日期:2014-05-17 浏览次数:20627 次
/*
有一张表(大约200万条记录)。为方便测试,剔除无关信息,随机生成10000行记录,保留3列,记为:
test(usrid,value,u_type),其中usrid唯一,value在1000范围以内,u_type为‘Yes'或‘No’。
--要求:选择表中value值相同但u_type不同的记录,将其usrid成对找出来。如果有1对多,多对1,
-- 多对多情形,则任选其一,使其成为1对1.
--例如:如果原始表为:
usrid value u_type
1 1 Yes
2 34 No
4 86 No
5 34 No
6 7 Yes
8 1 Yes
9 1 No
3 10 Yes
89 10 Yes
78 7 No
14 2 No
66 2 Yes
102 2 No
708 8 Yes
84 8 No
99 8 Yes
182 8 No
最终表为(2行):
Usrid_Yes Usrid_No
1 9
6 78
66 14
99 84
这里像value为1的记录,u_type有2个Yes,1个No。属于多对1,那么任意挑一个Yes和No的记录,找出其usrid(1和9)。

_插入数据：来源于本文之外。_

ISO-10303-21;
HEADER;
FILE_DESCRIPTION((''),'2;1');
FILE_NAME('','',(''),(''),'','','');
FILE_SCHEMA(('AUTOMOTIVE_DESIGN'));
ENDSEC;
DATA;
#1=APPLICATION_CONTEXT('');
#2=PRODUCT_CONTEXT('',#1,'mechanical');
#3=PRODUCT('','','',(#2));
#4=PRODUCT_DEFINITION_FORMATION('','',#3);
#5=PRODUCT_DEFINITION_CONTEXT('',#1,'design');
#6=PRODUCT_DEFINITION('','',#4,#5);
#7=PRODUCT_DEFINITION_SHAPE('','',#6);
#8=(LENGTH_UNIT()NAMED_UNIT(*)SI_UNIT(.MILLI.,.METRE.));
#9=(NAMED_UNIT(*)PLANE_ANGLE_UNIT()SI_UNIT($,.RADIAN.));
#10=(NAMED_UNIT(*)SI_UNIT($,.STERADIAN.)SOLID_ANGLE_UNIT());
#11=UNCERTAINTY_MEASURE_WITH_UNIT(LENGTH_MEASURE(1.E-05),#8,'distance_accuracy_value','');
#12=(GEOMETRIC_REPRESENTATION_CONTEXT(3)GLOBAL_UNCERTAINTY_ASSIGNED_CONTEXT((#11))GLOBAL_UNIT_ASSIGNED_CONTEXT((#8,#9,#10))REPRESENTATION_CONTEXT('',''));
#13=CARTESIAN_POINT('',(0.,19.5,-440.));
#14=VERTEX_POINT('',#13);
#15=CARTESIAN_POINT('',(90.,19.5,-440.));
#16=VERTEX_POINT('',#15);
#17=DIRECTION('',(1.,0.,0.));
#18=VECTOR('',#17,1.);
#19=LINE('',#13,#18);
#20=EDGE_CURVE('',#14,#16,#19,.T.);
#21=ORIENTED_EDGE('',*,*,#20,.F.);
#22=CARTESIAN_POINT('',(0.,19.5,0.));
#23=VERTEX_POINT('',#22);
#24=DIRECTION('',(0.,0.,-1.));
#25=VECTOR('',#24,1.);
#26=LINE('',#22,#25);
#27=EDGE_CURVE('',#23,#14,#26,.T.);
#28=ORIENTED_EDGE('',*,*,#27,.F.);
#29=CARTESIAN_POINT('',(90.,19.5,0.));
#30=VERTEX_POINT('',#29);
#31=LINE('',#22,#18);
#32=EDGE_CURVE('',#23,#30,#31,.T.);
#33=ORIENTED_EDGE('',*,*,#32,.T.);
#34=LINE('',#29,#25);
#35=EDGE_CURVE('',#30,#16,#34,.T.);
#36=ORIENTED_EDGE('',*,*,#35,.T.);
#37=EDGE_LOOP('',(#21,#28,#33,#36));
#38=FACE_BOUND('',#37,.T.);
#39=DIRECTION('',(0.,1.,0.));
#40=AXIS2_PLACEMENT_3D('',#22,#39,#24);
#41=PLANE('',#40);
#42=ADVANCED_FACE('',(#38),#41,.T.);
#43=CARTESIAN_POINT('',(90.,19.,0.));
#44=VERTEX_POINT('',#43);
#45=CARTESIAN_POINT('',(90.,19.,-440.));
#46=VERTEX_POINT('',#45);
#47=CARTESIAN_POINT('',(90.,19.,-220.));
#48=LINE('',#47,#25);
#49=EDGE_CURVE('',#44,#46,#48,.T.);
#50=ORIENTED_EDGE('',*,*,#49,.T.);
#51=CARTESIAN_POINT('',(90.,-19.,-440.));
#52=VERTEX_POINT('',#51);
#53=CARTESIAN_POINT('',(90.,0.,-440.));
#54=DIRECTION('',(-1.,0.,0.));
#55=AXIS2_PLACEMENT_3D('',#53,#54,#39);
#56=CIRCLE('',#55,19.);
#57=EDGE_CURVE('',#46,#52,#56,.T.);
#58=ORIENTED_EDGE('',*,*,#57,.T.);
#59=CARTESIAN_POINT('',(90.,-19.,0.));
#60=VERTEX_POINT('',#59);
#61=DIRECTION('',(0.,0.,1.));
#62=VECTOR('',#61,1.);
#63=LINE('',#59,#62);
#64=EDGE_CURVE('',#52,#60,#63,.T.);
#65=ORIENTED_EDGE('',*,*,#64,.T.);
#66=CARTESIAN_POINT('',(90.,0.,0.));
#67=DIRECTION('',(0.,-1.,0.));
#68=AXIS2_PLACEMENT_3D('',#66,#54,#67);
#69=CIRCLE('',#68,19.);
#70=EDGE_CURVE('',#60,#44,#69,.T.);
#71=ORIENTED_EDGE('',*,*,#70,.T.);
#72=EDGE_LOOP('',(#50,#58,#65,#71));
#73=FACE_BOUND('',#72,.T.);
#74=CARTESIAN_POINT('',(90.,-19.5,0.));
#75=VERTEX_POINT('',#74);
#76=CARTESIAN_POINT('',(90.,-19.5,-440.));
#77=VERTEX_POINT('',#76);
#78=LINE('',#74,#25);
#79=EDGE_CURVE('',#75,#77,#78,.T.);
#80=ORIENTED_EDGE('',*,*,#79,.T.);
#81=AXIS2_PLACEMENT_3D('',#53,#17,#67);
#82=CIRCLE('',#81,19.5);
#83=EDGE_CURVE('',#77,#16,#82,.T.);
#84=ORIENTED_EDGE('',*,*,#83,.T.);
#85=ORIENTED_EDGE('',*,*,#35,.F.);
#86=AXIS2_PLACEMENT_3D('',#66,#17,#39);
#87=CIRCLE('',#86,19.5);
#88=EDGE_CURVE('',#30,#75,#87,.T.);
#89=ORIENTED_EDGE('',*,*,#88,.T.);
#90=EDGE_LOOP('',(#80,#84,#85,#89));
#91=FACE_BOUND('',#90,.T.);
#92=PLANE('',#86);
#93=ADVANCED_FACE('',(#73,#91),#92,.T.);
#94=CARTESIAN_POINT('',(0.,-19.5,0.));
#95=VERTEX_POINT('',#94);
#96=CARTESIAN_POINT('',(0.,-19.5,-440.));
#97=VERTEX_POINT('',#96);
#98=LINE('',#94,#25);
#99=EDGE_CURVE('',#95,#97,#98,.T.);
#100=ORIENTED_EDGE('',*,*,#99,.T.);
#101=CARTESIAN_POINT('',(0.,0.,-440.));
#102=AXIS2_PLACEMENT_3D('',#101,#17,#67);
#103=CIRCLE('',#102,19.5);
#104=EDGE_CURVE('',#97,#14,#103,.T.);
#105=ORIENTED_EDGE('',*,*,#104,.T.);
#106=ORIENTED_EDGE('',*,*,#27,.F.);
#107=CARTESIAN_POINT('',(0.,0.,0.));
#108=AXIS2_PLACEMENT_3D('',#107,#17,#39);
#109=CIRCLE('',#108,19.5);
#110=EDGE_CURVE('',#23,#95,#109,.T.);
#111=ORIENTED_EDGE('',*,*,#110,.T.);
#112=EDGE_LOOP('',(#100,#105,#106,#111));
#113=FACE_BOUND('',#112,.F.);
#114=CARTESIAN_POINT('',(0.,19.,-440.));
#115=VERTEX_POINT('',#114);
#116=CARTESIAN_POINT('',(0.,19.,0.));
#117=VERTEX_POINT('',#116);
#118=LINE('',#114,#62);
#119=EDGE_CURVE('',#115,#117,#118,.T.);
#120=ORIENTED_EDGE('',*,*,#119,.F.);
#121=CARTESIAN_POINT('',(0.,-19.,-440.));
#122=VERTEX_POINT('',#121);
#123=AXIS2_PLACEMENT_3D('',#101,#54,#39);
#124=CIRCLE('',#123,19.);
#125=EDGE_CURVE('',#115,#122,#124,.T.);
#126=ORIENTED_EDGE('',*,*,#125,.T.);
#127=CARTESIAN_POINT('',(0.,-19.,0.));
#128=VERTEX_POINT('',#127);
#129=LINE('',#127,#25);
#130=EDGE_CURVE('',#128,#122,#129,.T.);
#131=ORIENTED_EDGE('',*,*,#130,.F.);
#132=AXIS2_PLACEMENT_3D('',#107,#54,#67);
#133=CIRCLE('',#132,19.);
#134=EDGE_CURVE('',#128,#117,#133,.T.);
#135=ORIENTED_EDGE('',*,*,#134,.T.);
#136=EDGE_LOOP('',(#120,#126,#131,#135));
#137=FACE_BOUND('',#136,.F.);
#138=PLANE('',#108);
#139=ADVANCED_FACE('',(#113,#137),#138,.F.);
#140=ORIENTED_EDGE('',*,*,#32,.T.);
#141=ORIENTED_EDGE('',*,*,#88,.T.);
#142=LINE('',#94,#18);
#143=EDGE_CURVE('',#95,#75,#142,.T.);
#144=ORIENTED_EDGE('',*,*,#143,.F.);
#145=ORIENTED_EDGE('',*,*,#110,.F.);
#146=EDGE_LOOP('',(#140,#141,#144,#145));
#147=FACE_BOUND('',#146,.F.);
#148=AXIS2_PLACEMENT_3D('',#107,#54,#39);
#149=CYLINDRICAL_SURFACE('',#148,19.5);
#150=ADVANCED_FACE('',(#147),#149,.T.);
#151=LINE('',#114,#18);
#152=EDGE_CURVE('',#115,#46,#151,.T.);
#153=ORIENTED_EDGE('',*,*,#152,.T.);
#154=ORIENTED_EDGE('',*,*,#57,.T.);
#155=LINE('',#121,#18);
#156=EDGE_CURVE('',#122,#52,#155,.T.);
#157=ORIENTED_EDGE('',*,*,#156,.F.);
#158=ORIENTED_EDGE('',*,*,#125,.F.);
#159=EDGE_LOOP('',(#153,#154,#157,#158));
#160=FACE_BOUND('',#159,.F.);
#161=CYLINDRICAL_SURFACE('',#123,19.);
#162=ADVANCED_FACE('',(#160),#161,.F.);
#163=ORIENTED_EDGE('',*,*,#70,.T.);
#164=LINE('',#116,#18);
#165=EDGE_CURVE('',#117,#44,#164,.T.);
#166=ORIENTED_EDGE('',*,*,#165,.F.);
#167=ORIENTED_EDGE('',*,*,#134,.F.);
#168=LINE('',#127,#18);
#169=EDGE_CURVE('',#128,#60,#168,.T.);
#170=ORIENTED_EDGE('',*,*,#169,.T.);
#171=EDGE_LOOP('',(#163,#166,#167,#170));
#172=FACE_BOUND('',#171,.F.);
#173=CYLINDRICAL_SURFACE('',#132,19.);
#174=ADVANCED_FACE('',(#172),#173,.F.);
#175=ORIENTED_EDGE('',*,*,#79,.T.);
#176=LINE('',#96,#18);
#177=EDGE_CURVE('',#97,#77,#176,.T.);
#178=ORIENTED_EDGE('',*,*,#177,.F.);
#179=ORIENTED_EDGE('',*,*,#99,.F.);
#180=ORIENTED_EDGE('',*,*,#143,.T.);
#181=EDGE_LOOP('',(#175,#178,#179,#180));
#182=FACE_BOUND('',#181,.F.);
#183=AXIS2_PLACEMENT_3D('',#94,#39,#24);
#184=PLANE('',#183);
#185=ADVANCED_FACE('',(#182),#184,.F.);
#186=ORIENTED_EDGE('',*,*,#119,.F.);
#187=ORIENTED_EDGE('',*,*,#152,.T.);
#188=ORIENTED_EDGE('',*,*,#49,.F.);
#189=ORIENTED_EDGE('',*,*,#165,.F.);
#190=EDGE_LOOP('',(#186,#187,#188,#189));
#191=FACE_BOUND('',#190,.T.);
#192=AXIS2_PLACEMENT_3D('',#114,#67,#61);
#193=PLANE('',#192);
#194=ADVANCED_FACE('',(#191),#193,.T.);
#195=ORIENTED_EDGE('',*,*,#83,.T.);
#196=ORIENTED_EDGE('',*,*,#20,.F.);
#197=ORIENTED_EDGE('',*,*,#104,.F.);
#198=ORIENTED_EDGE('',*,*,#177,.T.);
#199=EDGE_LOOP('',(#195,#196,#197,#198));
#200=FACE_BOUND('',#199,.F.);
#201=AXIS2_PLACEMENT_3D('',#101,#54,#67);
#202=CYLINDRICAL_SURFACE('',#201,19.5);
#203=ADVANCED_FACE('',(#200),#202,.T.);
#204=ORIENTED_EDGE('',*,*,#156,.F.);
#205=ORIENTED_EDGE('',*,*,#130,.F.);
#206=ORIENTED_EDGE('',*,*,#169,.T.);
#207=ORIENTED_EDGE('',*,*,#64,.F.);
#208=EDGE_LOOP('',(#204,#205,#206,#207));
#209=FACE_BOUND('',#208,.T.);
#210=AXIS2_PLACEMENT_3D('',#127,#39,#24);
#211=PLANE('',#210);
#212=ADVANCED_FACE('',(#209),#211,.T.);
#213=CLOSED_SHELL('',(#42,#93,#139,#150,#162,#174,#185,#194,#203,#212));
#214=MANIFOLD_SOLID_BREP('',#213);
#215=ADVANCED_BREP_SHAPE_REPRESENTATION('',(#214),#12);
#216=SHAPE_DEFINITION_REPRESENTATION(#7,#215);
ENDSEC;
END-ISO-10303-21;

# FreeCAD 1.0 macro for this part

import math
import FreeCAD as App
import Part
import Sketcher
from FreeCAD import Vector

doc = App.newDocument("Part")
body = doc.addObject("PartDesign::Body", "Body")

sketch1 = body.newObject("Sketcher::SketchObject", "Sketch")
sketch1.AttachmentSupport = (doc.getObject("YZ_Plane"), [""])
sketch1.MapMode = "FlatFace"
sketch1.addGeometry(Part.LineSegment(Vector(20, -440, 0), Vector(20, 0, 0)), False)
sketch1.addGeometry(Part.ArcOfCircle(Part.Circle(Vector(0, 0, 0), Vector(0, 0, 1), 20), math.radians(0), math.radians(180)), False)
sketch1.addGeometry(Part.LineSegment(Vector(-20, 0, 0), Vector(-20, -440, 0)), False)
sketch1.addGeometry(Part.ArcOfCircle(Part.Circle(Vector(0, -440, 0), Vector(0, 0, 1), 20), math.radians(180), math.radians(360)), False)
sketch1.addConstraint(Sketcher.Constraint("Tangent", 0, 2, 1, 1))
sketch1.addConstraint(Sketcher.Constraint("Tangent", 1, 2, 2, 1))
sketch1.addConstraint(Sketcher.Constraint("Tangent", 2, 2, 3, 1))
sketch1.addConstraint(Sketcher.Constraint("Tangent", 3, 2, 0, 1))
sketch1.addConstraint(Sketcher.Constraint("Vertical", 0))
sketch1.addConstraint(Sketcher.Constraint("Vertical", 2))
sketch1.addConstraint(Sketcher.Constraint("Coincident", 1, 3, -1, 1))
sketch1.addConstraint(Sketcher.Constraint("Radius", 1, 19.5))
sketch1.addConstraint(Sketcher.Constraint("DistanceY", 0, 1, 0, 2, 440.0))
pad1 = body.newObject("PartDesign::Pad", "Pad")
pad1.Profile = sketch1
pad1.Length = 90

sketch2 = body.newObject("Sketcher::SketchObject", "Sketch001")
sketch2.AttachmentSupport = (doc.getObject("YZ_Plane"), [""])
sketch2.MapMode = "FlatFace"
sketch2.addGeometry(Part.LineSegment(Vector(-19, -440, 0), Vector(-19, 0, 0)), False)
sketch2.addGeometry(Part.ArcOfCircle(Part.Circle(Vector(0, 0, 0), Vector(0, 0, 1), 19), math.radians(0), math.radians(180)), False)
sketch2.addGeometry(Part.LineSegment(Vector(19, 0, 0), Vector(19, -440, 0)), False)
sketch2.addGeometry(Part.ArcOfCircle(Part.Circle(Vector(0, -440, 0), Vector(0, 0, 1), 19), math.radians(180), math.radians(360)), False)
sketch2.addConstraint(Sketcher.Constraint("Tangent", 0, 2, 1, 2))
sketch2.addConstraint(Sketcher.Constraint("Tangent", 1, 1, 2, 1))
sketch2.addConstraint(Sketcher.Constraint("Tangent", 2, 2, 3, 2))
sketch2.addConstraint(Sketcher.Constraint("Tangent", 3, 1, 0, 1))
sketch2.addConstraint(Sketcher.Constraint("Vertical", 0))
sketch2.addConstraint(Sketcher.Constraint("Vertical", 2))
sketch2.addConstraint(Sketcher.Constraint("Coincident", 1, 3, -1, 1))
sketch2.addConstraint(Sketcher.Constraint("Radius", 1, 19.0))
sketch2.addConstraint(Sketcher.Constraint("DistanceY", 0, 1, 0, 2, 440.0))
pocket1 = body.newObject("PartDesign::Pocket", "Pocket")
pocket1.Profile = sketch2
pocket1.Type = "ThroughAll"
pocket1.Reversed = True

doc.recompute()
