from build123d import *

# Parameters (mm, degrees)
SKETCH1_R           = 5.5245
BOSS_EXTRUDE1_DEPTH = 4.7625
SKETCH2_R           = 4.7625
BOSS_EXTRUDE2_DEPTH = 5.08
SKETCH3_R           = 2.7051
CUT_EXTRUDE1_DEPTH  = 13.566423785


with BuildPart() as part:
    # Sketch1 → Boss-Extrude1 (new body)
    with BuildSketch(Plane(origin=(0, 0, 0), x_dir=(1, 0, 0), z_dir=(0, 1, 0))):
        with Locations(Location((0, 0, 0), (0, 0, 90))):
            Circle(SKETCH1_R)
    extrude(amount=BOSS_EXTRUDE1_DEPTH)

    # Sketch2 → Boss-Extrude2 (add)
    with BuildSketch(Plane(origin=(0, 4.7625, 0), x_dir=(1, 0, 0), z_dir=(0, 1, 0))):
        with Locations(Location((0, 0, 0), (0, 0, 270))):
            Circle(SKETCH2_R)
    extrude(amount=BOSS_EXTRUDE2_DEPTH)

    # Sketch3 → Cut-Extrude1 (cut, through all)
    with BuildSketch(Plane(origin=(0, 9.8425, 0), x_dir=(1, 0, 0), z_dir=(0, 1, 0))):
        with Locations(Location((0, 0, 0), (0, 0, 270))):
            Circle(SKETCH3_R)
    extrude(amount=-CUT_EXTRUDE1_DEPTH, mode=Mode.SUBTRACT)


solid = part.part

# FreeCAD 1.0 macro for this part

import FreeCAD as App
import Part
import Sketcher
from FreeCAD import Vector
Q = App.Units.Quantity

doc = App.newDocument("Part")
body = doc.addObject("PartDesign::Body", "Body")

sketch1 = body.newObject("Sketcher::SketchObject", "Sketch")
sketch1.AttachmentSupport = (doc.getObject("XZ_Plane"), [""])
sketch1.MapMode = "FlatFace"
sketch1.addGeometry(Part.Circle(Vector(0, 0, 0), Vector(0, 0, 1), 6), False)
sketch1.addConstraint(Sketcher.Constraint("Coincident", 0, 3, -1, 1))
sketch1.addConstraint(Sketcher.Constraint("Diameter", 0, Q("0.435 in")))
pad1 = body.newObject("PartDesign::Pad", "Pad")
pad1.Profile = sketch1
pad1.Length = Q("0.1875 in")
pad1.Reversed = True

sketch2 = body.newObject("Sketcher::SketchObject", "Sketch001")
sketch2.AttachmentSupport = (doc.getObject("XZ_Plane"), [""])
sketch2.MapMode = "FlatFace"
sketch2.AttachmentOffset = App.Placement(Vector(0, 0, -0.1875 * 25.4), App.Rotation())
sketch2.addGeometry(Part.Circle(Vector(0, 0, 0), Vector(0, 0, 1), 4.8), False)
sketch2.addConstraint(Sketcher.Constraint("Coincident", 0, 3, -1, 1))
sketch2.addConstraint(Sketcher.Constraint("Diameter", 0, Q("0.375 in")))
pad2 = body.newObject("PartDesign::Pad", "Pad001")
pad2.Profile = sketch2
pad2.Length = Q("0.2 in")
pad2.Reversed = True

sketch3 = body.newObject("Sketcher::SketchObject", "Sketch002")
sketch3.AttachmentSupport = (doc.getObject("XZ_Plane"), [""])
sketch3.MapMode = "FlatFace"
sketch3.AttachmentOffset = App.Placement(Vector(0, 0, -0.3875 * 25.4), App.Rotation())
sketch3.addGeometry(Part.Circle(Vector(0, 0, 0), Vector(0, 0, 1), 2.7), False)
sketch3.addConstraint(Sketcher.Constraint("Coincident", 0, 3, -1, 1))
sketch3.addConstraint(Sketcher.Constraint("Diameter", 0, Q("0.213 in")))
pocket1 = body.newObject("PartDesign::Pocket", "Pocket")
pocket1.Profile = sketch3
pocket1.Type = "ThroughAll"
pocket1.Reversed = True

doc.recompute()
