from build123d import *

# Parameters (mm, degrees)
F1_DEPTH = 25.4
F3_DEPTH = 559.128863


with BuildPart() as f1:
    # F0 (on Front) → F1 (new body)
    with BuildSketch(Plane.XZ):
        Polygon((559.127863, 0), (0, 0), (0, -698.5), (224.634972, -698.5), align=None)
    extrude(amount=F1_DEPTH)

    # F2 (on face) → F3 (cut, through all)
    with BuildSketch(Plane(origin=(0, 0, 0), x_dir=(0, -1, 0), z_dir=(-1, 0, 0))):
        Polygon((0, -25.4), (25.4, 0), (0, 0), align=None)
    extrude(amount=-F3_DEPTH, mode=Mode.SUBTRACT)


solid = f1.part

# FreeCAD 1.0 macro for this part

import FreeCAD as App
import Part
import Sketcher
from FreeCAD import Vector
Q = App.Units.Quantity

doc = App.newDocument("Part")
body = doc.addObject("PartDesign::Body", "Body")

# Sketch on XZ plane
sketch1 = doc.addObject("Sketcher::SketchObject", "Sketch")
body.addObject(sketch1)
sketch1.AttachmentSupport = (doc.XZ_Plane, [""])
sketch1.MapMode = "FlatFace"
sketch1.addGeometry([
    Part.LineSegment(Vector(559, 0, 0), Vector(0, 0, 0)),
    Part.LineSegment(Vector(0, 0, 0), Vector(0, -698, 0)),
    Part.LineSegment(Vector(0, -698, 0), Vector(225, -698, 0)),
    Part.LineSegment(Vector(225, -698, 0), Vector(559, 0, 0)),
], False)
sketch1.addConstraint([
    Sketcher.Constraint("Coincident", 0, 2, 1, 1),
    Sketcher.Constraint("Coincident", 1, 2, 2, 1),
    Sketcher.Constraint("Coincident", 2, 2, 3, 1),
    Sketcher.Constraint("Coincident", 3, 2, 0, 1),
    Sketcher.Constraint("Horizontal", 0),
    Sketcher.Constraint("Vertical", 1),
    Sketcher.Constraint("Horizontal", 2),
    Sketcher.Constraint("Coincident", 0, 2, -1, 1),
    Sketcher.Constraint("DistanceY", 1, 2, 1, 1, Q("27.5 in")),
    Sketcher.Constraint("DistanceX", 2, 1, 2, 2, Q("224.634972 mm")),
    Sketcher.Constraint("DistanceX", 0, 2, 0, 1, Q("559.127863 mm")),
])
pad1 = doc.addObject("PartDesign::Pad", "Pad")
body.addObject(pad1)
pad1.Profile = sketch1
pad1.Length = Q("1 in")

# Sketch on YZ plane
sketch2 = doc.addObject("Sketcher::SketchObject", "Sketch001")
body.addObject(sketch2)
sketch2.AttachmentSupport = (doc.YZ_Plane, [""])
sketch2.MapMode = "FlatFace"
sketch2.addGeometry([
    Part.LineSegment(Vector(0, -25, 0), Vector(-25, 0, 0)),
    Part.LineSegment(Vector(-25, 0, 0), Vector(0, 0, 0)),
    Part.LineSegment(Vector(0, 0, 0), Vector(0, -25, 0)),
], False)
sketch2.addConstraint([
    Sketcher.Constraint("Coincident", 0, 2, 1, 1),
    Sketcher.Constraint("Coincident", 1, 2, 2, 1),
    Sketcher.Constraint("Coincident", 2, 2, 0, 1),
    Sketcher.Constraint("Horizontal", 1),
    Sketcher.Constraint("Vertical", 2),
    Sketcher.Constraint("Coincident", 1, 2, -1, 1),
    Sketcher.Constraint("Equal", 1, 2),
    Sketcher.Constraint("DistanceX", 1, 1, 1, 2, Q("1 in")),
])
pocket1 = doc.addObject("PartDesign::Pocket", "Pocket")
body.addObject(pocket1)
pocket1.Profile = sketch2
pocket1.Type = "ThroughAll"
pocket1.Reversed = True

doc.recompute()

value为2,8的记录属于1对多,多对多,做类似处理。
--说明一下,使用类似下面的cross join的方法,大数据量时,不太可行。
select
t1.usr ,
t1.u_type,
t2.usr ,
t2.u_type
from test2 t1,test2 t2
where t1.value=t2.value and t1.u_type!=t2.u_type and t1.usr!=t2.usr
order by t1.usr,t2.usr
。
。
。
*/
--随机生成数据
if OBJECT_ID('test2') is not null
drop table test2
go
create table test2(usrid int,value int,u_type varchar(5))
declare @i int
set @i=1
while @i<=10000
begin
insert into test2 values(@i,ABS(CHECKSUM(newid())%1000),ABS(CHECKSUM(newid()))%2)
set @i=@i+1
end
update test2
set u_type=case u_type when 1 then 'Yes'
when 0 then 'No' end from test2
--select count(1) from test2
-->try select a.usrid,a.value from (select row_number() over(partition by value order by value) rn,* from test2)a inner join (select value from test2 group by value having count(distinct u_type)>1) b on a.value=b.value where a.rn=1
------解决方案--------------------
with tt as (
select value
from test
group by value
having COUNT(distinct u_type)>1
)
select
(select top 1 usrid from test t where t.value=tt.value and t.u_type='Yes') Usrid_Yes ,
(select top 1 usrid from test t where t.value=tt.value and t.u_type='No') Usrid_No
from tt
------解决方案--------------------
with t as (
select value,u_type,usrid,
ROW_NUMBER() over (partition by value,u_type order by usrid) as rn
from test2
),tYes as(
select * From t where u_type='Yes' and rn=1
) ,tNo as (
select * From t where u_type='No' and rn=1
)
select a.usrid as Usrid_Yes,b.usrid as Usrid_No
from tYes a join tNo b
on a.value=b.value
order by a.usrid